### Assignment
From the first line of the records below through the line containing "v 14.078 0 -2.852", copy everything exactly and nothing more.

### Records for the task
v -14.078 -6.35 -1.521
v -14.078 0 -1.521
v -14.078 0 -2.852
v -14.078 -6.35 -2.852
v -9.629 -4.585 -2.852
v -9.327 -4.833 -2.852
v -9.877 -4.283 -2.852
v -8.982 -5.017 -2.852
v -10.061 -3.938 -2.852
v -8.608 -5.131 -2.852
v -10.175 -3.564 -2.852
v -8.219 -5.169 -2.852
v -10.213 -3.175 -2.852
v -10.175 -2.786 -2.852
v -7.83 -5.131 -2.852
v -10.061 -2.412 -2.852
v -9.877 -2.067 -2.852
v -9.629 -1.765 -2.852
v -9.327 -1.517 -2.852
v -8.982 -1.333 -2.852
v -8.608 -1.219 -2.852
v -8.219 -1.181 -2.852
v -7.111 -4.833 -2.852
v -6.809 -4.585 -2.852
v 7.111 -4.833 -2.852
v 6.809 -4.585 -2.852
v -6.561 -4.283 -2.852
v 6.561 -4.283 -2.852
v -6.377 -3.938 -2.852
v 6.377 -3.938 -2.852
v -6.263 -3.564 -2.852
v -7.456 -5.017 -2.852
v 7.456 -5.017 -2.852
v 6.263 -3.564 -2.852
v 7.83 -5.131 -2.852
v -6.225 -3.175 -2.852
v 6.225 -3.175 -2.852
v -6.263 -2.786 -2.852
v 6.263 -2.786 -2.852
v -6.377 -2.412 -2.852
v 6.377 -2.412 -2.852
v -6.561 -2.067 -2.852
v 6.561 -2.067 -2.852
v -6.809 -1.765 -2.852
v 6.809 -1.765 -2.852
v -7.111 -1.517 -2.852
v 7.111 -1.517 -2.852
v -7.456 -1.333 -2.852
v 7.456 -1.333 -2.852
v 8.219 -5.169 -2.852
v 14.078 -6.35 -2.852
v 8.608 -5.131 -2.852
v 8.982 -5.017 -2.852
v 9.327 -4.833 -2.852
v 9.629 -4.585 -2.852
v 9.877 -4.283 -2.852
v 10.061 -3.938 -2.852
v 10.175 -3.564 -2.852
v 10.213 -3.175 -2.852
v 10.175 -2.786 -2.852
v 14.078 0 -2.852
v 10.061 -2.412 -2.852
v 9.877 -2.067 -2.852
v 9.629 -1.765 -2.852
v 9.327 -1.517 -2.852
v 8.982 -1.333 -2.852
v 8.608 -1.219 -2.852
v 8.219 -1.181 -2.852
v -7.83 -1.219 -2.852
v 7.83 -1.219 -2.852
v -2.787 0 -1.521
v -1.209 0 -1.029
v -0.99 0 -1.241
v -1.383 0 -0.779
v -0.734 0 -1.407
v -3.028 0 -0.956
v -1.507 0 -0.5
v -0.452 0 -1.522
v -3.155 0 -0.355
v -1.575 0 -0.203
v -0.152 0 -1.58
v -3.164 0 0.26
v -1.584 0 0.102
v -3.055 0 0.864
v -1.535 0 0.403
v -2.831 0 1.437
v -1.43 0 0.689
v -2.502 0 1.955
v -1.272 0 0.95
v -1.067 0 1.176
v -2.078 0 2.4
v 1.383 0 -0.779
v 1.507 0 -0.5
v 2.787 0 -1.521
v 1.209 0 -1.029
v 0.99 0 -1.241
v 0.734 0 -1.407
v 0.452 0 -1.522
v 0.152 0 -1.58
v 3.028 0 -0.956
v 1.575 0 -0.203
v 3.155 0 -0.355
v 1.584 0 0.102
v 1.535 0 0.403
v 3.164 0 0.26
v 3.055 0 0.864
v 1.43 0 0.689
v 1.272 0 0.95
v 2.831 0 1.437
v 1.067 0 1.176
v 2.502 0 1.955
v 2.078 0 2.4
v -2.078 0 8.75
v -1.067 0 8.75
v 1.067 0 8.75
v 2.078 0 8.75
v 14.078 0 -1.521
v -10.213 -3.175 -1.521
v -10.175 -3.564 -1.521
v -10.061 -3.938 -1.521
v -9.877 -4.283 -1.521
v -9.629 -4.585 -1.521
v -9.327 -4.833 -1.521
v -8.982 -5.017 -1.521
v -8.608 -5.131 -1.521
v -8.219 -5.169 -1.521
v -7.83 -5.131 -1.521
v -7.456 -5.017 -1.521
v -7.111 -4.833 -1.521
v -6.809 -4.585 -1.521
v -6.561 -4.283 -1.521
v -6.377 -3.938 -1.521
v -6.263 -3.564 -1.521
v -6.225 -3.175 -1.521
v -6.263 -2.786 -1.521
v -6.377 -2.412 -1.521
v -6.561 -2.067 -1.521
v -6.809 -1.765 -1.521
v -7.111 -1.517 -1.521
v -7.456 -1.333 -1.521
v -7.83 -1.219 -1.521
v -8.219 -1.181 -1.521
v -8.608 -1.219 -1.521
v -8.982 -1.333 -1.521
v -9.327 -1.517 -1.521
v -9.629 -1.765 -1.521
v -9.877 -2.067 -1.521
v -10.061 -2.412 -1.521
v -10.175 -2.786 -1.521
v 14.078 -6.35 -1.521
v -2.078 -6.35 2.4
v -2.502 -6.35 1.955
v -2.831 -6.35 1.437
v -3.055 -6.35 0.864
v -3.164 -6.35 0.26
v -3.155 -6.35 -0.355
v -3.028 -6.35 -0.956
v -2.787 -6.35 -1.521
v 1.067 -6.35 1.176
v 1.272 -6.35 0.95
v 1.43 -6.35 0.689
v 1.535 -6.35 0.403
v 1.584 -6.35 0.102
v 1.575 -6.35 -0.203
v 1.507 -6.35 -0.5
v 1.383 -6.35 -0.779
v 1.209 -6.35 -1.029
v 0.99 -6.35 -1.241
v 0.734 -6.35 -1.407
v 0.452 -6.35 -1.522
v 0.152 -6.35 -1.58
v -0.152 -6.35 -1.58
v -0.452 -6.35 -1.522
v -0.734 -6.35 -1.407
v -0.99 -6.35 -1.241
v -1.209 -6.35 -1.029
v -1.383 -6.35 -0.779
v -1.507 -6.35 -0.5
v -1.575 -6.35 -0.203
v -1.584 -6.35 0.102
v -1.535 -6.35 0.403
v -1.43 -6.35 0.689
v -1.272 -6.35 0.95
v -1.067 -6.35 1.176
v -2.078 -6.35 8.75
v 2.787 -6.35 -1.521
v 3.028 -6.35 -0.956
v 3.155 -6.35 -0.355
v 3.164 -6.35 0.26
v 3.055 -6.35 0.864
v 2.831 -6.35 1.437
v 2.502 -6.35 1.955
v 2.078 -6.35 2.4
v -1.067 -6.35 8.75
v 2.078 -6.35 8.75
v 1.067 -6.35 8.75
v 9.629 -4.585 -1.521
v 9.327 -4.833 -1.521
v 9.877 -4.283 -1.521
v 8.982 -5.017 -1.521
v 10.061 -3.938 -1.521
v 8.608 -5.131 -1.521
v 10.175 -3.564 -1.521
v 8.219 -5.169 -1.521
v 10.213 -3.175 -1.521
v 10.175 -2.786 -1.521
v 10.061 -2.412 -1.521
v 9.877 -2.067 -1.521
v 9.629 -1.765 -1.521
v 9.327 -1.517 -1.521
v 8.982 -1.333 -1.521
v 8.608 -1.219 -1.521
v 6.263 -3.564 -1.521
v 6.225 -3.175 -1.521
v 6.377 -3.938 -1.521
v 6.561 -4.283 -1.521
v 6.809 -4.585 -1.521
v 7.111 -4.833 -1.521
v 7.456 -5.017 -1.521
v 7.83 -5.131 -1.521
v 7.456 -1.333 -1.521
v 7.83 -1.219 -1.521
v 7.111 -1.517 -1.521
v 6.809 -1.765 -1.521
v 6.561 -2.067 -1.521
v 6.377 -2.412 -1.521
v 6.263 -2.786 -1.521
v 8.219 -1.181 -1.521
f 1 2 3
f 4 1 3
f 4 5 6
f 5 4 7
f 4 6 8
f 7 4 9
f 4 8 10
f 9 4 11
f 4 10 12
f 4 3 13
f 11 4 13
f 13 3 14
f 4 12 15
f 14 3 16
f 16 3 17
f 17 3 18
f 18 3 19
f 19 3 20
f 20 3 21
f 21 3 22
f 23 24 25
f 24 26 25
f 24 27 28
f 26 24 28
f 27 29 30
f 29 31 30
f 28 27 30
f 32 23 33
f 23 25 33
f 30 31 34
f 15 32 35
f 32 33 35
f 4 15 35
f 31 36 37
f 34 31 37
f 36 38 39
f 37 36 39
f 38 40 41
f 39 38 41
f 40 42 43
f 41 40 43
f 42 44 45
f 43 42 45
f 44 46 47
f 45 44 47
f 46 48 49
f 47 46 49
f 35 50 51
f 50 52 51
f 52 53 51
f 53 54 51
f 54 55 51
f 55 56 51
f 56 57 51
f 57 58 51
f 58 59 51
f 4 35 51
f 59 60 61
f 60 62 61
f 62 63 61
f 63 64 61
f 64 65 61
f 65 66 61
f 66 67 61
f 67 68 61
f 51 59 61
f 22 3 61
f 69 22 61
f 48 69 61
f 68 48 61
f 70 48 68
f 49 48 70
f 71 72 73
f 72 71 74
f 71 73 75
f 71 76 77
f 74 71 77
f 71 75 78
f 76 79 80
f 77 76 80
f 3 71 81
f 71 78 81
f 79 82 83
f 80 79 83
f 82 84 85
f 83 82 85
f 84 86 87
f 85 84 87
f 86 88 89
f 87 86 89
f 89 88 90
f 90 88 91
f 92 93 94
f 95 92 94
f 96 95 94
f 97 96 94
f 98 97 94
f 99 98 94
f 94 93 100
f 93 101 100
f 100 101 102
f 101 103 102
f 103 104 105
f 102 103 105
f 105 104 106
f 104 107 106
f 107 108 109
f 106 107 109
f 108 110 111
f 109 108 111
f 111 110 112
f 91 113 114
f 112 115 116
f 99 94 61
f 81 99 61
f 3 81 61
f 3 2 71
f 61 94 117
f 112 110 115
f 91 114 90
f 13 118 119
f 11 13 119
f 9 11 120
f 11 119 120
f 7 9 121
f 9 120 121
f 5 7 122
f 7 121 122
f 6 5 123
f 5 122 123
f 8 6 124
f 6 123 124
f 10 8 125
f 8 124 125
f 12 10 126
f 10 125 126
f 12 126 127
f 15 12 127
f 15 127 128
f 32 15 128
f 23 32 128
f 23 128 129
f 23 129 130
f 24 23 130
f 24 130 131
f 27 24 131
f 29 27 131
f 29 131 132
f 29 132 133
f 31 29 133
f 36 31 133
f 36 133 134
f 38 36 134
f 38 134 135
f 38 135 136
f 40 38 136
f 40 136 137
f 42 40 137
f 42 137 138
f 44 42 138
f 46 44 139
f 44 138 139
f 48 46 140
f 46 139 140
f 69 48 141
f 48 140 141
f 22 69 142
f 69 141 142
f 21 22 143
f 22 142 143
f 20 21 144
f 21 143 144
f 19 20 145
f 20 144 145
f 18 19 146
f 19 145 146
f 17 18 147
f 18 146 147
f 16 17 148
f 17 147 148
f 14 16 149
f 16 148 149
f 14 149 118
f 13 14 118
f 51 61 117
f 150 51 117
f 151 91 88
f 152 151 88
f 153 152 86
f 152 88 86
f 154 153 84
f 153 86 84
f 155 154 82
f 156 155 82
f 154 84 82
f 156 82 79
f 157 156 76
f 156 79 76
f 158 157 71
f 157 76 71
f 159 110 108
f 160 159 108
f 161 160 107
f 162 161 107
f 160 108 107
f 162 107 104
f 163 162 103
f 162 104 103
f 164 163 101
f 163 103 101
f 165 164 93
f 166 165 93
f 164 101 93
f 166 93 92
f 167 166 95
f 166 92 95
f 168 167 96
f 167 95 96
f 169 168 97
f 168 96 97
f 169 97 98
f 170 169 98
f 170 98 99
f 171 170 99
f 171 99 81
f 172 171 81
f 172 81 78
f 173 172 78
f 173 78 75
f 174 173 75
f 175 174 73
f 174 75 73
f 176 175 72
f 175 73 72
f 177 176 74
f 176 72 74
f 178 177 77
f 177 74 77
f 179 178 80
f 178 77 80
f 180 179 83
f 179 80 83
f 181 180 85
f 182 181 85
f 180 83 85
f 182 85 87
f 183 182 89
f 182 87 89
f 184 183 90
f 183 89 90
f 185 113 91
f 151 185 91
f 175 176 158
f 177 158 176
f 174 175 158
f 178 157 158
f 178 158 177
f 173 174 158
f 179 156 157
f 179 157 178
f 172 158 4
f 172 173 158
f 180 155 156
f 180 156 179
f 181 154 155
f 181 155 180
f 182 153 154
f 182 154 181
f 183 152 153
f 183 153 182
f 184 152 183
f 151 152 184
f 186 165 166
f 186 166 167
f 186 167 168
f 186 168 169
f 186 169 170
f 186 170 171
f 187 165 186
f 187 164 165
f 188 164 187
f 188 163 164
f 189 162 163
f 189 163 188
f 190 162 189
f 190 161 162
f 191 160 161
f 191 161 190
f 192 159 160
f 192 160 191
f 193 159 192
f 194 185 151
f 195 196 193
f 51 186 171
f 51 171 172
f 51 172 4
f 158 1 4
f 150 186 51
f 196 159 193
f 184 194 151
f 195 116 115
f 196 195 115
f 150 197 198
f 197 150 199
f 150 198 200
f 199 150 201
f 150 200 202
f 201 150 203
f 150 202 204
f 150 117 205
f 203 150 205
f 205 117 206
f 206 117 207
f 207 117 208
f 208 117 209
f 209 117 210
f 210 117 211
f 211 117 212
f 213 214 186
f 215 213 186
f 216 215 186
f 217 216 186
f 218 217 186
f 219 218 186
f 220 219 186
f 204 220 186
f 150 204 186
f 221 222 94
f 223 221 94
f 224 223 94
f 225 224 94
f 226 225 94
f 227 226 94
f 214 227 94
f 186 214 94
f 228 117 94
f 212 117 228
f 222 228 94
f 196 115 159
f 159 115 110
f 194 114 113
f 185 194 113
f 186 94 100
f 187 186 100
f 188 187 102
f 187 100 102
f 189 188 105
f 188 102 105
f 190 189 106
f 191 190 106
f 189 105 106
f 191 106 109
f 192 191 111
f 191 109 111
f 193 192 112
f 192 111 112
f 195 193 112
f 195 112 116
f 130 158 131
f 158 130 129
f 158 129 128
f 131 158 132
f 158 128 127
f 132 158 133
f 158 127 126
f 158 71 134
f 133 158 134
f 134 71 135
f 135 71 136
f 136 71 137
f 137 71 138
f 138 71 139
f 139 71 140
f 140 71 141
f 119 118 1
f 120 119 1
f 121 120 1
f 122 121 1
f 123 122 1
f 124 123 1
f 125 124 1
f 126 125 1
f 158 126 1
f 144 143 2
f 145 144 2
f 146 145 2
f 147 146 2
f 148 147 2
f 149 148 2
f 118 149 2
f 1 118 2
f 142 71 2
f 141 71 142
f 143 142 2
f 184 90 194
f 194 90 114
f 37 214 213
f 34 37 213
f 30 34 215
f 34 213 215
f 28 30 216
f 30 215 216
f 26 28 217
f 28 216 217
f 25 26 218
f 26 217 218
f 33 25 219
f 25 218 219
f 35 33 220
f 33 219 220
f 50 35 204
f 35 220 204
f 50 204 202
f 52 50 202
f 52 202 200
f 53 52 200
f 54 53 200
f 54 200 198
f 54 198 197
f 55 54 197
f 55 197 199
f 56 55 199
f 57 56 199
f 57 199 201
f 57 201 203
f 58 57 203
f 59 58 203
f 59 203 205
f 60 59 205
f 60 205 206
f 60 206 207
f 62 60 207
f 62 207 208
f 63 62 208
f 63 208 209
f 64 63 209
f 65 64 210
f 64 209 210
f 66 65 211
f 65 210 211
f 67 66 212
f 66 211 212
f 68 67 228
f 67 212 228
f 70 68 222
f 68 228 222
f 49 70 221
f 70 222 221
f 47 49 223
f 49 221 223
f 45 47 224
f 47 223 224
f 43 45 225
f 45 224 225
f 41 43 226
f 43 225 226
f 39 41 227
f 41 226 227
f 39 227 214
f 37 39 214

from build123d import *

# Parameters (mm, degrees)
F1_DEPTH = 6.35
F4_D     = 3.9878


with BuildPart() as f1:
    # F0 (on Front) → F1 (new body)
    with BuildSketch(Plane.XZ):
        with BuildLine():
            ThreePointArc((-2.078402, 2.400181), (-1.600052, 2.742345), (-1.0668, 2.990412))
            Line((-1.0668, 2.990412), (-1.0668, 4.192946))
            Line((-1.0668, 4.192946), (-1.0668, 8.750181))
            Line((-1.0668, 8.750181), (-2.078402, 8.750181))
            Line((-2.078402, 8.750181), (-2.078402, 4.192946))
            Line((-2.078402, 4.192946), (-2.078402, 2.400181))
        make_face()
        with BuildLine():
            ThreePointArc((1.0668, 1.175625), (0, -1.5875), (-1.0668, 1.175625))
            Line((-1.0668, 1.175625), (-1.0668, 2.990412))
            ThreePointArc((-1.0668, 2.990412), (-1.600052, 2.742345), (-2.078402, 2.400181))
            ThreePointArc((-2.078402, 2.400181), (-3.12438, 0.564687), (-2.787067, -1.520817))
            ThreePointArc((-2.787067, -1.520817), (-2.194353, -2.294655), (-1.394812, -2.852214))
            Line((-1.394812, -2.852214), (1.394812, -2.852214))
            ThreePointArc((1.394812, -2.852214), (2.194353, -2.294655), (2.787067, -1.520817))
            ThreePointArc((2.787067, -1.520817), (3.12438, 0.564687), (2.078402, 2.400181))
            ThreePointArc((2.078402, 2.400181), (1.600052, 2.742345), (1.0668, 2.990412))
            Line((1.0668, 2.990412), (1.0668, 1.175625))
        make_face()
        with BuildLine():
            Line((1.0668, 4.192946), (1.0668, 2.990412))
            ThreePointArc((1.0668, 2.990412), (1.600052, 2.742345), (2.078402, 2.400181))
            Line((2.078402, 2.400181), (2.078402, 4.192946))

### Output
v -14.078 -6.35 -1.521
v -14.078 0 -1.521
v -14.078 0 -2.852
v -14.078 -6.35 -2.852
v -9.629 -4.585 -2.852
v -9.327 -4.833 -2.852
v -9.877 -4.283 -2.852
v -8.982 -5.017 -2.852
v -10.061 -3.938 -2.852
v -8.608 -5.131 -2.852
v -10.175 -3.564 -2.852
v -8.219 -5.169 -2.852
v -10.213 -3.175 -2.852
v -10.175 -2.786 -2.852
v -7.83 -5.131 -2.852
v -10.061 -2.412 -2.852
v -9.877 -2.067 -2.852
v -9.629 -1.765 -2.852
v -9.327 -1.517 -2.852
v -8.982 -1.333 -2.852
v -8.608 -1.219 -2.852
v -8.219 -1.181 -2.852
v -7.111 -4.833 -2.852
v -6.809 -4.585 -2.852
v 7.111 -4.833 -2.852
v 6.809 -4.585 -2.852
v -6.561 -4.283 -2.852
v 6.561 -4.283 -2.852
v -6.377 -3.938 -2.852
v 6.377 -3.938 -2.852
v -6.263 -3.564 -2.852
v -7.456 -5.017 -2.852
v 7.456 -5.017 -2.852
v 6.263 -3.564 -2.852
v 7.83 -5.131 -2.852
v -6.225 -3.175 -2.852
v 6.225 -3.175 -2.852
v -6.263 -2.786 -2.852
v 6.263 -2.786 -2.852
v -6.377 -2.412 -2.852
v 6.377 -2.412 -2.852
v -6.561 -2.067 -2.852
v 6.561 -2.067 -2.852
v -6.809 -1.765 -2.852
v 6.809 -1.765 -2.852
v -7.111 -1.517 -2.852
v 7.111 -1.517 -2.852
v -7.456 -1.333 -2.852
v 7.456 -1.333 -2.852
v 8.219 -5.169 -2.852
v 14.078 -6.35 -2.852
v 8.608 -5.131 -2.852
v 8.982 -5.017 -2.852
v 9.327 -4.833 -2.852
v 9.629 -4.585 -2.852
v 9.877 -4.283 -2.852
v 10.061 -3.938 -2.852
v 10.175 -3.564 -2.852
v 10.213 -3.175 -2.852
v 10.175 -2.786 -2.852
v 14.078 0 -2.852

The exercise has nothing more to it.